ABOUT THIS TASK: Beneath this task are records; print exactly the stretch of them from the line with "extrude(amount=BOSS_EXTRUDE1_DEPTH)" through the line with "(-153, -50), align=None)", both ends included.

DATA FOR ANALYSIS:

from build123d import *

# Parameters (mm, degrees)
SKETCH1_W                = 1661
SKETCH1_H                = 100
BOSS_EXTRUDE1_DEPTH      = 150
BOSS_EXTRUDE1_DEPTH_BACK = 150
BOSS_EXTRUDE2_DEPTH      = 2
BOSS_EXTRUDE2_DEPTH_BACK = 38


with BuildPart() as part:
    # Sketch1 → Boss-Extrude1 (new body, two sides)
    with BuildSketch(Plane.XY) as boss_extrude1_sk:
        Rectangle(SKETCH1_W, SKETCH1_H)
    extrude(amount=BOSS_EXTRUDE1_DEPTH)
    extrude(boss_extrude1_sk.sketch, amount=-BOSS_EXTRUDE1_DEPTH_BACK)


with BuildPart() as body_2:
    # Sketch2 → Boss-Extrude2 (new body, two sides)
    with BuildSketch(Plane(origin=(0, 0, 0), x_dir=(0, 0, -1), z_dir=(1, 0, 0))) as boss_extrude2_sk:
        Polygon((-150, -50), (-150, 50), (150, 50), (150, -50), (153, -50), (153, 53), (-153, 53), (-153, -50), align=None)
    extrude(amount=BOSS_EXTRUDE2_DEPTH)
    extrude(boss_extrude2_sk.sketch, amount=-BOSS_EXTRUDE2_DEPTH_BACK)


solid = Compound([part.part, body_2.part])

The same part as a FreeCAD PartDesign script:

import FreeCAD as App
import Part
import Sketcher

doc = App.newDocument("Part")
body = doc.addObject("PartDesign::Body", "Body")

# Sketch on XY plane
sketch1 = body.newObject("Sketcher::SketchObject", "Sketch")
sketch1.AttachmentSupport = (doc.getObject("XY_Plane"), [""])
sketch1.MapMode = "FlatFace"
sketch1.addGeometry([
    Part.LineSegment(App.Vector(-830, 50, 0), App.Vector(-830, -50, 0)),
    Part.LineSegment(App.Vector(-830, -50, 0), App.Vector(830, -50, 0)),
    Part.LineSegment(App.Vector(830, -50, 0), App.Vector(830, 50, 0)),
    Part.LineSegment(App.Vector(830, 50, 0), App.Vector(-830, 50, 0)),
], False)
sketch1.addConstraint([
    Sketcher.Constraint("Coincident", 0, 2, 1, 1),
    Sketcher.Constraint("Coincident", 1, 2, 2, 1),
    Sketcher.Constraint("Coincident", 2, 2, 3, 1),
    Sketcher.Constraint("Coincident", 3, 2, 0, 1),
    Sketcher.Constraint("Vertical", 0),
    Sketcher.Constraint("Horizontal", 1),
    Sketcher.Constraint("Vertical", 2),
    Sketcher.Constraint("Horizontal", 3),
    Sketcher.Constraint("Symmetric", 0, 2, 2, 2, -1, 1),
    Sketcher.Constraint("DistanceX", 1, 1, 1, 2, 1661.0),
    Sketcher.Constraint("DistanceY", 0, 2, 0, 1, 100.0),
])
pad1 = body.newObject("PartDesign::Pad", "Pad")
pad1.Profile = sketch1
pad1.Type = "TwoLengths"
pad1.Length = 150
pad1.Length2 = 150
body2 = doc.addObject("PartDesign::Body", "Body001")

# Sketch on YZ plane
sketch2 = body2.newObject("Sketcher::SketchObject", "Sketch001")
sketch2.AttachmentSupport = (doc.getObject("YZ_Plane001"), [""])
sketch2.MapMode = "FlatFace"
sketch2.addGeometry([
    Part.LineSegment(App.Vector(-50, 150, 0), App.Vector(50, 150, 0)),  # 0
    Part.LineSegment(App.Vector(50, 150, 0), App.Vector(50, -150, 0)),  # 1
    Part.LineSegment(App.Vector(50, -150, 0), App.Vector(-50, -150, 0)),  # 2
    Part.LineSegment(App.Vector(-50, -150, 0), App.Vector(-50, -153, 0)),  # 3
    Part.LineSegment(App.Vector(-50, -153, 0), App.Vector(53, -153, 0)),  # 4
    Part.LineSegment(App.Vector(53, -153, 0), App.Vector(53, 153, 0)),  # 5
    Part.LineSegment(App.Vector(53, 153, 0), App.Vector(-50, 153, 0)),  # 6
    Part.LineSegment(App.Vector(-50, 153, 0), App.Vector(-50, 150, 0)),  # 7
], False)
sketch2.addConstraint([
    Sketcher.Constraint("Coincident", 0, 2, 1, 1),
    Sketcher.Constraint("Coincident", 1, 2, 2, 1),
    Sketcher.Constraint("Coincident", 2, 2, 3, 1),
    Sketcher.Constraint("Coincident", 3, 2, 4, 1),
    Sketcher.Constraint("Coincident", 4, 2, 5, 1),
    Sketcher.Constraint("Coincident", 5, 2, 6, 1),
    Sketcher.Constraint("Coincident", 6, 2, 7, 1),
    Sketcher.Constraint("Coincident", 7, 2, 0, 1),
    Sketcher.Constraint("Horizontal", 0),
    Sketcher.Constraint("Vertical", 1),
    Sketcher.Constraint("Horizontal", 2),
    Sketcher.Constraint("Vertical", 3),
    Sketcher.Constraint("Horizontal", 4),
    Sketcher.Constraint("Vertical", 5),
    Sketcher.Constraint("Horizontal", 6),
    Sketcher.Constraint("Vertical", 7),
    Sketcher.Constraint("Symmetric", 0, 2, 2, 2, -1, 1),
    Sketcher.Constraint("Symmetric", 3, 2, 6, 2, -1),
    Sketcher.Constraint("DistanceX", 0, 1, 0, 2, 100.0),
    Sketcher.Constraint("DistanceX", 4, 1, 4, 2, 103.0),
    Sketcher.Constraint("DistanceY", 1, 2, 1, 1, 300.0),
    Sketcher.Constraint("DistanceY", 3, 2, 3, 1, 3.0),
])
pad2 = body2.newObject("PartDesign::Pad", "Pad001")
pad2.Profile = sketch2
pad2.Type = "TwoLengths"
pad2.Length = 2
pad2.Length2 = 38

doc.recompute()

OUTPUT FOR THIS TASK:
    extrude(amount=BOSS_EXTRUDE1_DEPTH)
    extrude(boss_extrude1_sk.sketch, amount=-BOSS_EXTRUDE1_DEPTH_BACK)


with BuildPart() as body_2:
    # Sketch2 → Boss-Extrude2 (new body, two sides)
    with BuildSketch(Plane(origin=(0, 0, 0), x_dir=(0, 0, -1), z_dir=(1, 0, 0))) as boss_extrude2_sk:
        Polygon((-150, -50), (-150, 50), (150, 50), (150, -50), (153, -50), (153, 53), (-153, 53), (-153, -50), align=None)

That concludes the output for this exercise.